Formulieren verantwoording FLO-VOP 2023

Deze documenten gebruikt u voor de verantwoording van de FLO-VOP 2023. Op deze pagina vindt u ook de invulinstructie voor het declaratieformulier FLO-VOP 2023.

Invulinstructie declaratieformulier FLO-VOP 2023

Net als voorgaande jaren moet de betreffende ambulancedienst het declaratieformulier FLO-VOP invullen. Zoals afgestemd met het ministerie van Volksgezondheid, Welzijn en Sport en de deelnemende ambulancediensten zal Stichting FLO Ambulance een voorcheck uitvoeren op de declaratieformulieren. Dit om de uniformiteit tussen de deelnemende ambulancediensten te waarborgen. De uiteindelijke controle van het declaratieformulier (voor declaratie bij het ministerie van Volksgezondheid, Welzijn en Sport) moet de betreffende ambulancedienst zelfstandig met de controlerend accountant regelen.

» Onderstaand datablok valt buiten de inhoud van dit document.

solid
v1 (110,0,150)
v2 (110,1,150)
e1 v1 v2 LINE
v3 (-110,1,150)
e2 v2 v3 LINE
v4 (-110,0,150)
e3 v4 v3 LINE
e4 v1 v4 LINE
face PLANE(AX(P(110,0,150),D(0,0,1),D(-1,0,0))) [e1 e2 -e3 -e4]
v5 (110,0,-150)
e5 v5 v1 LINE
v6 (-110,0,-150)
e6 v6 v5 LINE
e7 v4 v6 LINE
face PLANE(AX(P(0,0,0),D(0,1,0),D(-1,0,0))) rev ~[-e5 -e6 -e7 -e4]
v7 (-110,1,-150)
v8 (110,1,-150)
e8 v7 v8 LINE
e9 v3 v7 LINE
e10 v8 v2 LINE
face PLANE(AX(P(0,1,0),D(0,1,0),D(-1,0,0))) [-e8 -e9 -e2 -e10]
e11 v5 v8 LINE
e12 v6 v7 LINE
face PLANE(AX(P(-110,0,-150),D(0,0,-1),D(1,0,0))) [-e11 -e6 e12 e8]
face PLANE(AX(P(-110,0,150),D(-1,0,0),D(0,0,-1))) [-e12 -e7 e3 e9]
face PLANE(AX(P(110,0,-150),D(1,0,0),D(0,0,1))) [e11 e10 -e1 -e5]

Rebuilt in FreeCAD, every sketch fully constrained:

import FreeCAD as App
import Part
import Sketcher

V = App.Vector


def add_polygon(sketch, points):
    """Adds a closed chain of lines whose ends are joined by coincident constraints."""
    first, n = sketch.GeometryCount, len(points)
    for a, b in zip(points, points[1:] + points[:1]):
        sketch.addGeometry(Part.LineSegment(App.Vector(*a, 0), App.Vector(*b, 0)), False)
    for i in range(n):
        sketch.addConstraint(Sketcher.Constraint("Coincident", first + i, 2, first + (i + 1) % n, 1))

doc = App.newDocument("Part")
params = doc.addObject("Spreadsheet::Sheet", "Params")
for row, (alias, value) in enumerate([
    ("sketch1_width", "220 mm"),
    ("sketch1_height", "300 mm"),
    ("pad1_length", "1 mm"),
], start=1):
    params.set(f"A{row}", alias)
    params.set(f"B{row}", "=" + value)
    params.setAlias(f"B{row}", alias)

body = doc.addObject("PartDesign::Body", "Body")

# Sketch on XZ plane
sketch1 = doc.addObject("Sketcher::SketchObject", "Sketch")
body.addObject(sketch1)
sketch1.AttachmentSupport = (doc.XZ_Plane, [""])
sketch1.MapMode = "FlatFace"
add_polygon(sketch1, [(-110, 150), (110, 150), (110, -150), (-110, -150)])  # lines 0-3
sketch1.addConstraint([
    Sketcher.Constraint("Horizontal", 0),
    Sketcher.Constraint("Vertical", 1),
    Sketcher.Constraint("Horizontal", 2),
    Sketcher.Constraint("Vertical", 3),
    Sketcher.Constraint("Symmetric", 0, 2, 2, 2, -1, 1),
    Sketcher.Constraint("DistanceX", 0, 1, 0, 2, 220.0),
    Sketcher.Constraint("DistanceY", 1, 2, 1, 1, 300.0),
])
sketch1.setExpression("Constraints[9]", "Params.sketch1_width")
sketch1.setExpression("Constraints[10]", "Params.sketch1_height")
pad1 = doc.addObject("PartDesign::Pad", "Pad")
body.addObject(pad1)
pad1.Profile = sketch1
pad1.setExpression("Length", "Params.pad1_length")
pad1.Reversed = True

doc.recompute()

Hieronder vindt u per categorie een korte instructie voor het invullen van het declaratieformulier.

FLO categorie 1

In deze categorie moeten de medewerkers worden opgenomen die in 2023 met NPR/CEP gaan of in 2023 al met NPR/CEP zijn. Naast de vaste gegevens zoals naam, geboortedatum en functie, moeten de werkelijk gemaakte kosten voor de werkgever worden opgenomen. Meestal betreft dit alleen pensioenpremie en sociale lasten.

FLO categorie 2

In deze categorie moeten de medewerkers worden opgenomen die in 2023 uit bezwarende functie zijn gegaan (bijvoorbeeld door ontslag). Naast de vaste gegevens zoals naam, geboortedatum en functie, moeten de werkelijk gemaakte kosten voor de werkgever worden opgenomen. Dit betreft zowel de in 2023 gestorte bijdrage NPR als het bedrag van het NPR dat in 2023 is afgekocht.

FLO categorie 3A

In deze categorie moeten de medewerkers worden opgenomen die in 2023 met volledig buitengewoon verlof zijn (gaan) tegen een bezoldiging van 80%, 78% of 75%. Als een medewerker met volledig buitengewoon verlof is, zijn alle gemaakte kosten door de werkgever declarabel. Deze kosten moeten dus worden opgenomen in het formulier. Let op: Op de kosten in deze categorie is de RVU van toepassing. Deze kosten inclusief RVI kunnen in het declaratieformulier worden gedeclareerd. Let op: Ontvangt de medewerker deze bezoldiging binnen 3 jaar voor de AOW-gerechtigde leeftijd? Dan is er een drempelvrijstelling.

Aandachtspunten

  • De datum van de werkelijke ingangsdatum buitengewoon verlof moet handmatig worden opgenomen. De datum van de oorspronkelijke ingangsdatum buitengewoon verlof wordt automatisch berekend op basis van geboortedatum en het aantal bezwarende jaren.
  • Het bedrag van de gestorte lNPR/CEP-bijdrage in 2023 betreft zowel de ’reguliere’ kosten voor afdracht NPR als, indien van toepassing, de slotstorting op basis van de uitgevoerde berekeningen (eindchecks) van het uiteindelijke totale NPR bedrag (op 59-jarige leeftijd). Deze slotstorting betreft het verschil tussen het uiteindelijke recht op NPR (maximaal 210%) en het bedrag dat al in het verleden is gestort.
  • Zoals in tabel F van het handboek FLO-Overgangsrecht staat wordt onderscheid gemaakt tussen medewerkers met buitengewoon verlof in de eerste 104 weken en de tweede 104 weken. Dit onderscheid betreft voornamelijk het verlonen volgens de witte of groene tabel en de werknemerspremie Zvw.
  • Het aantal maanden dat de medewerker gedurende 2020 en 2023 fase één heeft onderbroken moet hier worden ingevuld.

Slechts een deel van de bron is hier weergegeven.